● **Dataset entries**:

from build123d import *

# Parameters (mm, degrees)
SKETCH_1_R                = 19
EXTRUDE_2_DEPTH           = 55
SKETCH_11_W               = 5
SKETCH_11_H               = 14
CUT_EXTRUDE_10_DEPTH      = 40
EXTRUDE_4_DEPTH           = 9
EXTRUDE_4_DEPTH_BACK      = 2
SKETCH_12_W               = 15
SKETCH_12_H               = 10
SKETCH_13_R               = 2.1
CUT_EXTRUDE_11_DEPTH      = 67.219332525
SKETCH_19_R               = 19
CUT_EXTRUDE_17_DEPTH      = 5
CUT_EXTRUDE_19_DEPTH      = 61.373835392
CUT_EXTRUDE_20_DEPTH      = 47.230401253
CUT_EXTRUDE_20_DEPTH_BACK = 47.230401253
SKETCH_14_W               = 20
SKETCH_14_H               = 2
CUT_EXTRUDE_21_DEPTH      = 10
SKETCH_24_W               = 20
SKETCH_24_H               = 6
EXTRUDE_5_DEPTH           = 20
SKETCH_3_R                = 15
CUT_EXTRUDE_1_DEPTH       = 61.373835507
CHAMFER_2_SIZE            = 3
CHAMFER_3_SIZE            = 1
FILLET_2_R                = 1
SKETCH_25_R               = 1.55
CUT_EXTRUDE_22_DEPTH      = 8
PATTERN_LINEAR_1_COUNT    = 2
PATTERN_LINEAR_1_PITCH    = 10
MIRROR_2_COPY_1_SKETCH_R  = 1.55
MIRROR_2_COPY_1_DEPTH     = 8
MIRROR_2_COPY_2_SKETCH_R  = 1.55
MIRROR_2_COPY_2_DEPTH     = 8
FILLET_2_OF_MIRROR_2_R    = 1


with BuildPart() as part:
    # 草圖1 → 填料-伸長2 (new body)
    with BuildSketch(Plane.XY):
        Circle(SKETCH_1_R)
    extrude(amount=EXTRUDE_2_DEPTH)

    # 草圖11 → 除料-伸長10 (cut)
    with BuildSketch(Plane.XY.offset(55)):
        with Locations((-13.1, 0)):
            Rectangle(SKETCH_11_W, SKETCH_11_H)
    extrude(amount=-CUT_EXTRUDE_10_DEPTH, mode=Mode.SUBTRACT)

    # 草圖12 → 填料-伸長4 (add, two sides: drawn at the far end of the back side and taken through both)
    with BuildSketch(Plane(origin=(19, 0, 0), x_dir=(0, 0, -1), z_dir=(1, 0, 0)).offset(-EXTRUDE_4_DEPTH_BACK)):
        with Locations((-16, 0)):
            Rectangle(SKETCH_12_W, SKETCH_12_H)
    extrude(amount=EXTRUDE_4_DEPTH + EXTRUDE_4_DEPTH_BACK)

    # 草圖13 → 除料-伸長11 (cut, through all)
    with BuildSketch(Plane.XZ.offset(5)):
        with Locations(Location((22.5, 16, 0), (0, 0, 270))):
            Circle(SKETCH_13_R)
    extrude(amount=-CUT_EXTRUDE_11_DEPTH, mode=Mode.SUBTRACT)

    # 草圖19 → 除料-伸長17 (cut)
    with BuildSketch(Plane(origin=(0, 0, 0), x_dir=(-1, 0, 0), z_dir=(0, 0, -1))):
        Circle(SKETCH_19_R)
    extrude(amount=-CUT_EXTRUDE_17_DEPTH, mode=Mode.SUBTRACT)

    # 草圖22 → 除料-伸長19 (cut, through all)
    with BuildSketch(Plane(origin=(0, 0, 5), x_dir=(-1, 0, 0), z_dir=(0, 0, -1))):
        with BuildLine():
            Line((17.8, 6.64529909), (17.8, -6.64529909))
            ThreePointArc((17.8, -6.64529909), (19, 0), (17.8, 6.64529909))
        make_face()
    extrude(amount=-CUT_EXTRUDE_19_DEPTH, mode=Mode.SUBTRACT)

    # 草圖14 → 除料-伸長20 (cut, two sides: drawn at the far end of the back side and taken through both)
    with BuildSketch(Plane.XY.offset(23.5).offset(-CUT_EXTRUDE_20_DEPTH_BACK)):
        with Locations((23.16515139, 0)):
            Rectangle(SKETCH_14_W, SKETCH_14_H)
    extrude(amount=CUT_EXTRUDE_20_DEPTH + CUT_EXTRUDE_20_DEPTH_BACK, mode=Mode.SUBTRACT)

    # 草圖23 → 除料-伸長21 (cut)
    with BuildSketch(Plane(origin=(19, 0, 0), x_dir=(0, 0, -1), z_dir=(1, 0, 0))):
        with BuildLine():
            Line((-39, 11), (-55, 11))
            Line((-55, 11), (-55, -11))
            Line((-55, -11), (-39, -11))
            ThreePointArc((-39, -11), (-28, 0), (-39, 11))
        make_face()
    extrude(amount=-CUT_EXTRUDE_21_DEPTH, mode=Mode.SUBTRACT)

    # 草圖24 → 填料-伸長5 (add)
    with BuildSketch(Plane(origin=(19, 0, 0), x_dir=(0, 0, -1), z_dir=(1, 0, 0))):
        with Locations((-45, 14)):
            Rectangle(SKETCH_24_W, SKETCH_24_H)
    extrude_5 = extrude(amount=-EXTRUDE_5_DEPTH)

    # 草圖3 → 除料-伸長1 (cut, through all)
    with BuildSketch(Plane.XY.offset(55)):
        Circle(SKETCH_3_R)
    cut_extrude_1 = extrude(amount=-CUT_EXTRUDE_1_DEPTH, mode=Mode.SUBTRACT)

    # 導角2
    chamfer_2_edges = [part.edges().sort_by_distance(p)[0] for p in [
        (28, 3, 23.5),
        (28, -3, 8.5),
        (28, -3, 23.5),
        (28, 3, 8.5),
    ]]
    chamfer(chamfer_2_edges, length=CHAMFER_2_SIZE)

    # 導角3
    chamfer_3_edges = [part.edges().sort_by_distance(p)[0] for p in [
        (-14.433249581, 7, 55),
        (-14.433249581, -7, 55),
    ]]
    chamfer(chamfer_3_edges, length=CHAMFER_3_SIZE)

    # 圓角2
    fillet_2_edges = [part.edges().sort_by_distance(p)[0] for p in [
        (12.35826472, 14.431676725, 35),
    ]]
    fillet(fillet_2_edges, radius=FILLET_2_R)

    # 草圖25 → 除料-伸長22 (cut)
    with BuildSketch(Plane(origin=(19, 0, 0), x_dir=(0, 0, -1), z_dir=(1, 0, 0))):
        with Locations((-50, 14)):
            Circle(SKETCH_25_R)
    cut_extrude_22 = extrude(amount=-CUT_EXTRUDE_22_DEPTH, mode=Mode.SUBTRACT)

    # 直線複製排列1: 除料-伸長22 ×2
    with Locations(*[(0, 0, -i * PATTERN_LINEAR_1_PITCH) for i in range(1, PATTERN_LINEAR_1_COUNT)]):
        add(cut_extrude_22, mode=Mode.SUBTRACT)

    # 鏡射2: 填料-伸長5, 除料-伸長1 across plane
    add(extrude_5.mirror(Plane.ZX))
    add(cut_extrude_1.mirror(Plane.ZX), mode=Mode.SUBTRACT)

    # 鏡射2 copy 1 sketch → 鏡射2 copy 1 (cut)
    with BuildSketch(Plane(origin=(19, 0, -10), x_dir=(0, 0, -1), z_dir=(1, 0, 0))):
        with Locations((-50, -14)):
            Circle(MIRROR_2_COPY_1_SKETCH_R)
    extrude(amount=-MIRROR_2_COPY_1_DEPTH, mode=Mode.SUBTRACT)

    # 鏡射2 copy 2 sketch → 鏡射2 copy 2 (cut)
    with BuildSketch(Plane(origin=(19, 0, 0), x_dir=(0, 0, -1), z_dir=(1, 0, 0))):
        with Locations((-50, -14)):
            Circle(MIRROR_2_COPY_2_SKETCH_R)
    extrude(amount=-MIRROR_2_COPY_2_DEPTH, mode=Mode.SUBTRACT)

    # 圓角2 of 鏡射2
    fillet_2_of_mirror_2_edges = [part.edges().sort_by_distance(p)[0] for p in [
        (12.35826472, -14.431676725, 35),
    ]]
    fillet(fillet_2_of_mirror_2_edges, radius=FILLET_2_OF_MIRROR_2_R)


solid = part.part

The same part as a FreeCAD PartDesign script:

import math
import FreeCAD as App
import Part
import Sketcher
Q = App.Units.Quantity


def edges_at(feature, points):
    """Names of the edges that pass closest to the given points."""
    edges = feature.Shape.Edges
    near = lambda p: min(range(len(edges)), key=lambda i: edges[i].distToShape(Part.Vertex(*p))[0])
    return sorted({f"Edge{near(p) + 1}" for p in points})


def add_polygon(sketch, points):
    """Adds a closed chain of lines whose ends are joined by coincident constraints."""
    first, n = sketch.GeometryCount, len(points)
    for a, b in zip(points, points[1:] + points[:1]):
        sketch.addGeometry(Part.LineSegment(App.Vector(*a, 0), App.Vector(*b, 0)), False)
    for i in range(n):
        sketch.addConstraint(Sketcher.Constraint("Coincident", first + i, 2, first + (i + 1) % n, 1))

doc = App.newDocument("Part")
body = doc.addObject("PartDesign::Body", "Body")

sketch1 = body.newObject("Sketcher::SketchObject", "Sketch")
sketch1.AttachmentSupport = (doc.getObject("XY_Plane"), [""])
sketch1.MapMode = "FlatFace"
sketch1.addGeometry(Part.Circle(App.Vector(0, 0, 0), App.Vector(0, 0, 1), 19), False)
sketch1.addConstraint([
    Sketcher.Constraint("Coincident", 0, 3, -1, 1),
    Sketcher.Constraint("Diameter", 0, Q("38 mm")),
])
pad1 = body.newObject("PartDesign::Pad", "Pad")
pad1.Profile = sketch1
pad1.Length = 55

sketch2 = body.newObject("Sketcher::SketchObject", "Sketch001")
sketch2.AttachmentSupport = (doc.getObject("XY_Plane"), [""])
sketch2.MapMode = "FlatFace"
sketch2.AttachmentOffset = App.Placement(App.Vector(0, 0, 55), App.Rotation())
add_polygon(sketch2, [(-16, 7), (-16, -7), (-11, -7), (-11, 7)])
sketch2.addConstraint([
    Sketcher.Constraint("Vertical", 0),
    Sketcher.Constraint("Horizontal", 1),
    Sketcher.Constraint("Vertical", 2),
    Sketcher.Constraint("Horizontal", 3),
    Sketcher.Constraint("DistanceX", 1, 1, 1, 2, Q("5 mm")),
    Sketcher.Constraint("DistanceY", 0, 2, 0, 1, Q("14 mm")),
    Sketcher.Constraint("DistanceY", 0, 2, -1, 1, Q("7 mm")),
    Sketcher.Constraint("DistanceX", 0, 2, -1, 1, Q("15.6 mm")),
])
pocket1 = body.newObject("PartDesign::Pocket", "Pocket")
pocket1.Profile = sketch2
pocket1.Length = 40

sketch3 = body.newObject("Sketcher::SketchObject", "Sketch002")
sketch3.AttachmentSupport = (doc.getObject("YZ_Plane"), [""])
sketch3.MapMode = "FlatFace"
sketch3.AttachmentOffset = App.Placement(App.Vector(0, 0, 19), App.Rotation())
add_polygon(sketch3, [(5, 24), (-5, 24), (-5, 8), (5, 8)])
sketch3.addConstraint([
    Sketcher.Constraint("Horizontal", 0),
    Sketcher.Constraint("Vertical", 1),
    Sketcher.Constraint("Horizontal", 2),
    Sketcher.Constraint("Vertical", 3),
    Sketcher.Constraint("DistanceX", 0, 2, 0, 1, Q("10 mm")),
    Sketcher.Constraint("DistanceY", 1, 2, 1, 1, Q("15 mm")),
    Sketcher.Constraint("DistanceX", 0, 2, -1, 1, Q("5 mm")),
    Sketcher.Constraint("DistanceY", -1, 1, 0, 2, Q("23.5 mm")),
])
pad2 = body.newObject("PartDesign::Pad", "Pad001")
pad2.Profile = sketch3
pad2.Type = "TwoLengths"
pad2.Length = 9
pad2.Length2 = 2

sketch4 = body.newObject("Sketcher::SketchObject", "Sketch003")
sketch4.AttachmentSupport = (doc.getObject("XZ_Plane"), [""])
sketch4.MapMode = "FlatFace"
sketch4.AttachmentOffset = App.Placement(App.Vector(0, 0, 5), App.Rotation())
sketch4.addGeometry(Part.Circle(App.Vector(22.5, 16, 0), App.Vector(0, 0, 1), 2.1), False)
sketch4.addConstraint([
    Sketcher.Constraint("Diameter", 0, Q("4.2 mm")),
    Sketcher.Constraint("DistanceY", -1, 1, 0, 3, Q("16 mm")),
    Sketcher.Constraint("DistanceX", -1, 1, 0, 3, Q("22.5 mm")),
])
pocket2 = body.newObject("PartDesign::Pocket", "Pocket001")
pocket2.Profile = sketch4
pocket2.Type = "ThroughAll"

● **ASSIGNED TASK**: Your reply must consist of one number, the count of lines in the entries that hold "drawn".

● **EXPECTED ANSWER**: 2